## Task prompt:
Below are the records; copy every line in them that holds the string "BuildSketch".

________________

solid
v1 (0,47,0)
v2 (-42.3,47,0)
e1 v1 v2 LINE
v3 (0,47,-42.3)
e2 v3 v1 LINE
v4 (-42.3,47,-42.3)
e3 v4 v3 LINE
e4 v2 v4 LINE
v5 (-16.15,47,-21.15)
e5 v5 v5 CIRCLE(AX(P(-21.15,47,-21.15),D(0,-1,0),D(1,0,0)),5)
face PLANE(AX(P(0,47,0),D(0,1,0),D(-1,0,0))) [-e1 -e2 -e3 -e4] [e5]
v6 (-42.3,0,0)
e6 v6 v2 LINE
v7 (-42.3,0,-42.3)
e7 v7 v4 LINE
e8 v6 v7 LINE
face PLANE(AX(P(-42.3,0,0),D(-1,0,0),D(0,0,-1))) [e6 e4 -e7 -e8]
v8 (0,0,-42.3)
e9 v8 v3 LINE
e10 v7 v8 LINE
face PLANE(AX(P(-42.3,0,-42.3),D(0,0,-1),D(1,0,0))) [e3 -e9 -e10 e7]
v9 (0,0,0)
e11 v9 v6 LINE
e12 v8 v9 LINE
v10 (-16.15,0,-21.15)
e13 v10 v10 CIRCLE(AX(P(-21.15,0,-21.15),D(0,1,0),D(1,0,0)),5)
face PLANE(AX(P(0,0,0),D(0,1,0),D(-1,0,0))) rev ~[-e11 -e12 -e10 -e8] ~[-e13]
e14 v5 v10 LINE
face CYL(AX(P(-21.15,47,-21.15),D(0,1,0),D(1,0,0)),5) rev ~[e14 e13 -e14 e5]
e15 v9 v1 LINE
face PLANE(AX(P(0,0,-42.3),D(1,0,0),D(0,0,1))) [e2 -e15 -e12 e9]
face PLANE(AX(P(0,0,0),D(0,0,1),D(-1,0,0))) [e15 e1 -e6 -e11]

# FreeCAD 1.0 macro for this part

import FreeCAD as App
import Part
import Sketcher

V = App.Vector
Q = App.Units.Quantity


def add_polygon(sketch, points):
    """Adds a closed chain of lines whose ends are joined by coincident constraints."""
    first, n = sketch.GeometryCount, len(points)
    for a, b in zip(points, points[1:] + points[:1]):
        sketch.addGeometry(Part.LineSegment(App.Vector(*a, 0), App.Vector(*b, 0)), False)
    for i in range(n):
        sketch.addConstraint(Sketcher.Constraint("Coincident", first + i, 2, first + (i + 1) % n, 1))

doc = App.newDocument("Part")
body = doc.addObject("PartDesign::Body", "Body")

# Sketch on XZ plane
sketch1 = body.newObject("Sketcher::SketchObject", "Sketch")
sketch1.AttachmentSupport = (doc.getObject("XZ_Plane"), [""])
sketch1.MapMode = "FlatFace"
add_polygon(sketch1, [(-42, 0), (0, 0), (0, -42), (-42, -42)])  # lines 0-3
sketch1.addConstraint(Sketcher.Constraint("Horizontal", 0))
sketch1.addConstraint(Sketcher.Constraint("Vertical", 1))
sketch1.addConstraint(Sketcher.Constraint("Horizontal", 2))
sketch1.addConstraint(Sketcher.Constraint("Vertical", 3))
sketch1.addConstraint(Sketcher.Constraint("Coincident", 0, 2, -1, 1))
sketch1.addConstraint(Sketcher.Constraint("Equal", 2, 1))
sketch1.addConstraint(Sketcher.Constraint("DistanceX", 0, 1, 0, 2, Q("42.3 mm")))
pad1 = body.newObject("PartDesign::Pad", "Pad")
pad1.Profile = sketch1
pad1.Length = 47
pad1.Reversed = True

# Sketch on XZ plane
sketch2 = body.newObject("Sketcher::SketchObject", "Sketch001")
sketch2.AttachmentSupport = (doc.getObject("XZ_Plane"), [""])
sketch2.MapMode = "FlatFace"
sketch2.AttachmentOffset = App.Placement(V(0, 0, -47), App.Rotation())
sketch2.addGeometry(Part.Circle(V(-21, -21, 0), V(0, 0, 1), 5), False)
sketch2.addConstraint(Sketcher.Constraint("Diameter", 0, Q("10 mm")))
sketch2.addConstraint(Sketcher.Constraint("DistanceX", 0, 3, -1, 1, Q("21.15 mm")))
sketch2.addConstraint(Sketcher.Constraint("DistanceY", 0, 3, -1, 1, Q("21.15 mm")))
pocket1 = body.newObject("PartDesign::Pocket", "Pocket")
pocket1.Profile = sketch2
pocket1.Length = 47
pocket1.Reversed = True

doc.recompute()
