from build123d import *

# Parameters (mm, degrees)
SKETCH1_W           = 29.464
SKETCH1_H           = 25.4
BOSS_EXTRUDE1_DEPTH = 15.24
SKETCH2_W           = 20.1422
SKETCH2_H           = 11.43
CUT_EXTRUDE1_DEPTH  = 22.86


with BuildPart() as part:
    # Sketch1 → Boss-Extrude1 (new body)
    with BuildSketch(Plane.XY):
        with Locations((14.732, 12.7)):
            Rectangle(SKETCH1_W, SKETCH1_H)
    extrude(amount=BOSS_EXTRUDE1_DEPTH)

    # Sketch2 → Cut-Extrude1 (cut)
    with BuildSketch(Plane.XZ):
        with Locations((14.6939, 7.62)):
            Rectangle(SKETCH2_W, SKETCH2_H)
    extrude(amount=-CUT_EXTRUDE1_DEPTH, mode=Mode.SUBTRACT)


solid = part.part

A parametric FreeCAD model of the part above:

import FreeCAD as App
import Part
import Sketcher

V = App.Vector
Q = App.Units.Quantity

doc = App.newDocument("Part")
body = doc.addObject("PartDesign::Body", "Body")

sketch1 = body.newObject("Sketcher::SketchObject", "Sketch")
sketch1.AttachmentSupport = (doc.getObject("XY_Plane"), [""])
sketch1.MapMode = "FlatFace"
sketch1.addGeometry([
    Part.LineSegment(V(0, 25, 0), V(0, 0, 0)),
    Part.LineSegment(V(0, 0, 0), V(29, 0, 0)),
    Part.LineSegment(V(29, 0, 0), V(29, 25, 0)),
    Part.LineSegment(V(29, 25, 0), V(0, 25, 0)),
], False)
sketch1.addConstraint([
    Sketcher.Constraint("Coincident", 0, 2, 1, 1),
    Sketcher.Constraint("Coincident", 1, 2, 2, 1),
    Sketcher.Constraint("Coincident", 2, 2, 3, 1),
    Sketcher.Constraint("Coincident", 3, 2, 0, 1),
    Sketcher.Constraint("Vertical", 0),
    Sketcher.Constraint("Horizontal", 1),
    Sketcher.Constraint("Vertical", 2),
    Sketcher.Constraint("Horizontal", 3),
    Sketcher.Constraint("Coincident", 0, 2, -1, 1),
    Sketcher.Constraint("DistanceY", 0, 2, 0, 1, Q("1 in")),
    Sketcher.Constraint("DistanceX", 1, 1, 1, 2, Q("1.16 in")),
])
pad1 = body.newObject("PartDesign::Pad", "Pad")
pad1.Profile = sketch1
pad1.Length = Q("0.6 in")

sketch2 = body.newObject("Sketcher::SketchObject", "Sketch001")
sketch2.AttachmentSupport = (doc.getObject("XZ_Plane"), [""])
sketch2.MapMode = "FlatFace"
sketch2.addGeometry([
    Part.LineSegment(V(5, 13, 0), V(5, 2, 0)),
    Part.LineSegment(V(5, 2, 0), V(25, 2, 0)),
    Part.LineSegment(V(25, 2, 0), V(25, 13, 0)),
    Part.LineSegment(V(25, 13, 0), V(5, 13, 0)),
], False)
sketch2.addConstraint([
    Sketcher.Constraint("Coincident", 0, 2, 1, 1),
    Sketcher.Constraint("Coincident", 1, 2, 2, 1),
    Sketcher.Constraint("Coincident", 2, 2, 3, 1),
    Sketcher.Constraint("Coincident", 3, 2, 0, 1),
    Sketcher.Constraint("Vertical", 0),
    Sketcher.Constraint("Horizontal", 1),
    Sketcher.Constraint("Vertical", 2),
    Sketcher.Constraint("Horizontal", 3),
    Sketcher.Constraint("DistanceY", 0, 2, 0, 1, Q("0.45 in")),
    Sketcher.Constraint("DistanceX", 1, 1, 1, 2, Q("0.793 in")),
    Sketcher.Constraint("DistanceX", -1, 1, 0, 2, Q("0.182 in")),
    Sketcher.Constraint("DistanceY", -1, 1, 0, 2, Q("0.075 in")),
])
pocket1 = body.newObject("PartDesign::Pocket", "Pocket")
pocket1.Profile = sketch2
pocket1.Length = Q("0.9 in")

doc.recompute()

________________

## Answer:
    with BuildSketch(Plane.XY):
    with BuildSketch(Plane.XZ):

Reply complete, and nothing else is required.